* **PROBLEM DETAILS**
For the entries below, repeat exactly each line starting with the one that contains "#134=ORIENTED_EDGE('',*,*,#53,.T.);" and going on through the one that contains "#156=FACE_BOUND('',#155,.T.);", and no others.

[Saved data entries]

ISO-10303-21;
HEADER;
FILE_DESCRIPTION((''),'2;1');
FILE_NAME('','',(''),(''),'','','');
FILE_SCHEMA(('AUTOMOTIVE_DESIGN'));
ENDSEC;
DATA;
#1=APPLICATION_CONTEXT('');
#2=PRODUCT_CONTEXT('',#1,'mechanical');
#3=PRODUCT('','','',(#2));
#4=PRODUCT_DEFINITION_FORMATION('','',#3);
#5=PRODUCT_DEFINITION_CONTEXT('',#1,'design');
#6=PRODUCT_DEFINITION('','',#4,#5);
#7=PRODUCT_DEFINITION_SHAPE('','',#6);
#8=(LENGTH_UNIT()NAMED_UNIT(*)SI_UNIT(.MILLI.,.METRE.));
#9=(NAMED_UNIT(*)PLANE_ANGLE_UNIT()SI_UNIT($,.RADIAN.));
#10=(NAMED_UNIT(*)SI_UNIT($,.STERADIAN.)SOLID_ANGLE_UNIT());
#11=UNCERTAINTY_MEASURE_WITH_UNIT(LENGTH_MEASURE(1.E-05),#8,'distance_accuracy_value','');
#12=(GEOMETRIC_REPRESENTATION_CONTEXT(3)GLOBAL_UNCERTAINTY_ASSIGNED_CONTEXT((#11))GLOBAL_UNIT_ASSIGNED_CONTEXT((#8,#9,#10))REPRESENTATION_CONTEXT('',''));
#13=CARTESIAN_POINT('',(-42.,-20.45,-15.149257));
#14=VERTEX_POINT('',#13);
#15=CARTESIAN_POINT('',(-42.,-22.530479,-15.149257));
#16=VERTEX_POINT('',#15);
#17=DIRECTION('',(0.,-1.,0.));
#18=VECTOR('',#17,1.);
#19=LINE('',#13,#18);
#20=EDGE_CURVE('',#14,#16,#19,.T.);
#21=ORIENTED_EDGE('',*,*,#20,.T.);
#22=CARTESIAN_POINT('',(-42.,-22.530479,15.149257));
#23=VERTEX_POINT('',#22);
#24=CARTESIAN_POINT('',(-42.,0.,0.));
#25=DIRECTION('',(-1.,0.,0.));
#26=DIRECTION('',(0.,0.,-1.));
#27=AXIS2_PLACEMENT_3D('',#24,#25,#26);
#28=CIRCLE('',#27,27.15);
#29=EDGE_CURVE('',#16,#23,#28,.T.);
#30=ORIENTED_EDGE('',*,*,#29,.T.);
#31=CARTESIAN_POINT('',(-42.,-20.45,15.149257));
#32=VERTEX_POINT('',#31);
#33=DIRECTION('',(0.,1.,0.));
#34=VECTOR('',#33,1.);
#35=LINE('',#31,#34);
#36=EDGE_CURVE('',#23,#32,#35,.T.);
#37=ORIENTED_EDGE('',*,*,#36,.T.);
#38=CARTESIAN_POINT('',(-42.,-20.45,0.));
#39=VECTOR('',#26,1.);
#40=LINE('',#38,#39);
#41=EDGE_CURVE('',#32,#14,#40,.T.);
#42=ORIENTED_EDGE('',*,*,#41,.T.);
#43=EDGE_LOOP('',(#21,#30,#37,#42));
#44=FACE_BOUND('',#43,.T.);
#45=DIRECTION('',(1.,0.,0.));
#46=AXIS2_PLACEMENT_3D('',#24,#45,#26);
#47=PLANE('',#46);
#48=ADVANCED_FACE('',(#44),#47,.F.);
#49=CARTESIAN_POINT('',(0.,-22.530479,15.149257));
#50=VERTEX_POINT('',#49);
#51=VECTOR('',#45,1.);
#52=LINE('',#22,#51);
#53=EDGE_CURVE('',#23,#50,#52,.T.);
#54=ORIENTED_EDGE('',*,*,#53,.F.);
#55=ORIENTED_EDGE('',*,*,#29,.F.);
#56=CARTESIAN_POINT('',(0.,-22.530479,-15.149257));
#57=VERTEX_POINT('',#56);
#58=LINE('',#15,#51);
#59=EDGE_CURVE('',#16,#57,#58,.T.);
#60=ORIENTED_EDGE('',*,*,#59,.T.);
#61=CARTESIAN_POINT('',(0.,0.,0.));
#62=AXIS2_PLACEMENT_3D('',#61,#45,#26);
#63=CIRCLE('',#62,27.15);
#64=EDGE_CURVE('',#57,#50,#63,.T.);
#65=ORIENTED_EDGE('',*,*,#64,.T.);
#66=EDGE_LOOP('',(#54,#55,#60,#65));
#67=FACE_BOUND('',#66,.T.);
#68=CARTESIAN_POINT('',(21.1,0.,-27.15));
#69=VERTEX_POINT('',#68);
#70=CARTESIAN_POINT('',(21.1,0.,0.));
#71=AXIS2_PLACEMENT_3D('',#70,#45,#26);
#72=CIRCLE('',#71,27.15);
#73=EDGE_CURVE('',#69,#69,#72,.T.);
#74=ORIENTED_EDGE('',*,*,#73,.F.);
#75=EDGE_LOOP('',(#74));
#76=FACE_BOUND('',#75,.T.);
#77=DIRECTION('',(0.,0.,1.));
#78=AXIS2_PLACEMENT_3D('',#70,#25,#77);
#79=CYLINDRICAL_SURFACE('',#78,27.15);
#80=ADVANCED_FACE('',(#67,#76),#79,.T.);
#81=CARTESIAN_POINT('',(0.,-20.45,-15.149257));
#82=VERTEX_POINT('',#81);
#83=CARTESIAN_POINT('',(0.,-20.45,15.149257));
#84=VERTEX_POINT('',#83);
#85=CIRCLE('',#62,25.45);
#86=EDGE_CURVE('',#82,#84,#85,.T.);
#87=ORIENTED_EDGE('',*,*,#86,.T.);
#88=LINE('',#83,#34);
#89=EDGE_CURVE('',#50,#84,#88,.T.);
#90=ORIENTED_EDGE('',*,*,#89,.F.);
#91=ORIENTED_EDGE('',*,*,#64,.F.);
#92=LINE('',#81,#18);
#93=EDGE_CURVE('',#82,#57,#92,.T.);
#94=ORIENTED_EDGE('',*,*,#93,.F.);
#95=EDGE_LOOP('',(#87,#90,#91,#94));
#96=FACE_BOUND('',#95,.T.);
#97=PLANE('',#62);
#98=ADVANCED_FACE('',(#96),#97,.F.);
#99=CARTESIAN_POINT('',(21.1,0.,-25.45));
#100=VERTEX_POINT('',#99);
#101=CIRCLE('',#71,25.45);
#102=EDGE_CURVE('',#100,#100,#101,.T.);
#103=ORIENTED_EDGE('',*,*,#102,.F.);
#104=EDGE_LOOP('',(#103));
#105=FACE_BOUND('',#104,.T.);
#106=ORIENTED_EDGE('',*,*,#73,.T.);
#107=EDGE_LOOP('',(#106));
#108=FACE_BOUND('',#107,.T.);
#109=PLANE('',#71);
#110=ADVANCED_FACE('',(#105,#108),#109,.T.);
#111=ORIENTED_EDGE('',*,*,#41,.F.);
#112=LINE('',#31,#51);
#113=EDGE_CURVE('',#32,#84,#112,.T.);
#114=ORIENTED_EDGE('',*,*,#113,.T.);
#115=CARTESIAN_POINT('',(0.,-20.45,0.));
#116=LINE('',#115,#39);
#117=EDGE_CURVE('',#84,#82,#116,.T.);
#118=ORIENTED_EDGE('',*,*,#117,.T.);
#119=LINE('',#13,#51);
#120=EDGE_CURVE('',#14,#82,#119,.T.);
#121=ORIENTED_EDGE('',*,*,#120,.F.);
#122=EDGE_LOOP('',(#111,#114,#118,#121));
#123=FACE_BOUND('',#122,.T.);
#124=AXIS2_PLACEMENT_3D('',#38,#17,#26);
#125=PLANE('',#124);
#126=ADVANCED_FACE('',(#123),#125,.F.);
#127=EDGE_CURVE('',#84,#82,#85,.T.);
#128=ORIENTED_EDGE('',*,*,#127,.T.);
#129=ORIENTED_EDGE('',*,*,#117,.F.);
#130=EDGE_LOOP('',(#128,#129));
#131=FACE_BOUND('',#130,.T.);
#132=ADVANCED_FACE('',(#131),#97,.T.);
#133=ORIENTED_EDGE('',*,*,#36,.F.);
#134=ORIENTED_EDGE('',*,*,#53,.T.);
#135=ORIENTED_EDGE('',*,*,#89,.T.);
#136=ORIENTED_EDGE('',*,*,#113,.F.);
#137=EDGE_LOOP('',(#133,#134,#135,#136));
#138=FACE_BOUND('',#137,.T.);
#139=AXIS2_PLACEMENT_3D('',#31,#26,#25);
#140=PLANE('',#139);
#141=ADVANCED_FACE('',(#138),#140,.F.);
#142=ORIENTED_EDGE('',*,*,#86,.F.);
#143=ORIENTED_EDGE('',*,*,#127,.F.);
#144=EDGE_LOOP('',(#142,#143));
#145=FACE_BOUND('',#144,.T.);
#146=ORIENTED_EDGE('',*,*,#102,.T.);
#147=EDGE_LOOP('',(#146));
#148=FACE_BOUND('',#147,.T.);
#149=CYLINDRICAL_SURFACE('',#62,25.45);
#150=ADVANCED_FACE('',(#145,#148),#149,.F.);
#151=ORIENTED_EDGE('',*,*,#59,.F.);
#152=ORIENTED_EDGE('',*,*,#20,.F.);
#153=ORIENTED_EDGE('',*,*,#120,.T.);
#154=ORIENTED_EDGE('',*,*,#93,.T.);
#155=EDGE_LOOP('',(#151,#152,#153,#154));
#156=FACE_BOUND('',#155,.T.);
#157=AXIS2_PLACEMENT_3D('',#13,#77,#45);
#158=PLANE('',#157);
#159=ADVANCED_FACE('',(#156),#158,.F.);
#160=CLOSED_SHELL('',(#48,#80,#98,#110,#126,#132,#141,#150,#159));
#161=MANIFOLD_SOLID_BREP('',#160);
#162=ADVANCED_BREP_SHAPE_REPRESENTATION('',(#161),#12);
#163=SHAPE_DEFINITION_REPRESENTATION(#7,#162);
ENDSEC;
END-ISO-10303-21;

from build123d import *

# Parameters (mm, degrees)
SKETCH1_R           = 27.15
BOSS_EXTRUDE1_DEPTH = 21.1
SKETCH2_R           = 25.45
CUT_EXTRUDE1_DEPTH  = 21.1
BOSS_EXTRUDE3_DEPTH = 42


with BuildPart() as part:
    # Sketch1 → Boss-Extrude1 (new body)
    with BuildSketch(Plane(origin=(0, 0, 0), x_dir=(0, 0, -1), z_dir=(1, 0, 0))):
        Circle(SKETCH1_R)
    extrude(amount=BOSS_EXTRUDE1_DEPTH)

    # Sketch2 → Cut-Extrude1 (cut)
    with BuildSketch(Plane(origin=(21.1, 0, 0), x_dir=(0, 0, -1), z_dir=(1, 0, 0))):
        Circle(SKETCH2_R)
    extrude(amount=-CUT_EXTRUDE1_DEPTH, mode=Mode.SUBTRACT)

    # Sketch3 → Boss-Extrude3 (add)
    with BuildSketch(Plane.ZY):
        with BuildLine():
            Line((0, -20.45), (-15.149257408, -20.45))
            Line((-15.149257408, -20.45), (-15.149257408, -22.530479356))
            ThreePointArc((-15.149257408, -22.530479356), (0, -27.15), (15.149257408, -22.530479356))
            Line((15.149257408, -22.530479356), (15.149257408, -20.45))
            Line((15.149257408, -20.45), (0, -20.45))
        make_face()
    extrude(amount=BOSS_EXTRUDE3_DEPTH)


solid = part.part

* **TASK RESPONSE**
#134=ORIENTED_EDGE('',*,*,#53,.T.);
#135=ORIENTED_EDGE('',*,*,#89,.T.);
#136=ORIENTED_EDGE('',*,*,#113,.F.);
#137=EDGE_LOOP('',(#133,#134,#135,#136));
#138=FACE_BOUND('',#137,.T.);
#139=AXIS2_PLACEMENT_3D('',#31,#26,#25);
#140=PLANE('',#139);
#141=ADVANCED_FACE('',(#138),#140,.F.);
#142=ORIENTED_EDGE('',*,*,#86,.F.);
#143=ORIENTED_EDGE('',*,*,#127,.F.);
#144=EDGE_LOOP('',(#142,#143));
#145=FACE_BOUND('',#144,.T.);
#146=ORIENTED_EDGE('',*,*,#102,.T.);
#147=EDGE_LOOP('',(#146));
#148=FACE_BOUND('',#147,.T.);
#149=CYLINDRICAL_SURFACE('',#62,25.45);
#150=ADVANCED_FACE('',(#145,#148),#149,.F.);
#151=ORIENTED_EDGE('',*,*,#59,.F.);
#152=ORIENTED_EDGE('',*,*,#20,.F.);
#153=ORIENTED_EDGE('',*,*,#120,.T.);
#154=ORIENTED_EDGE('',*,*,#93,.T.);
#155=EDGE_LOOP('',(#151,#152,#153,#154));
#156=FACE_BOUND('',#155,.T.);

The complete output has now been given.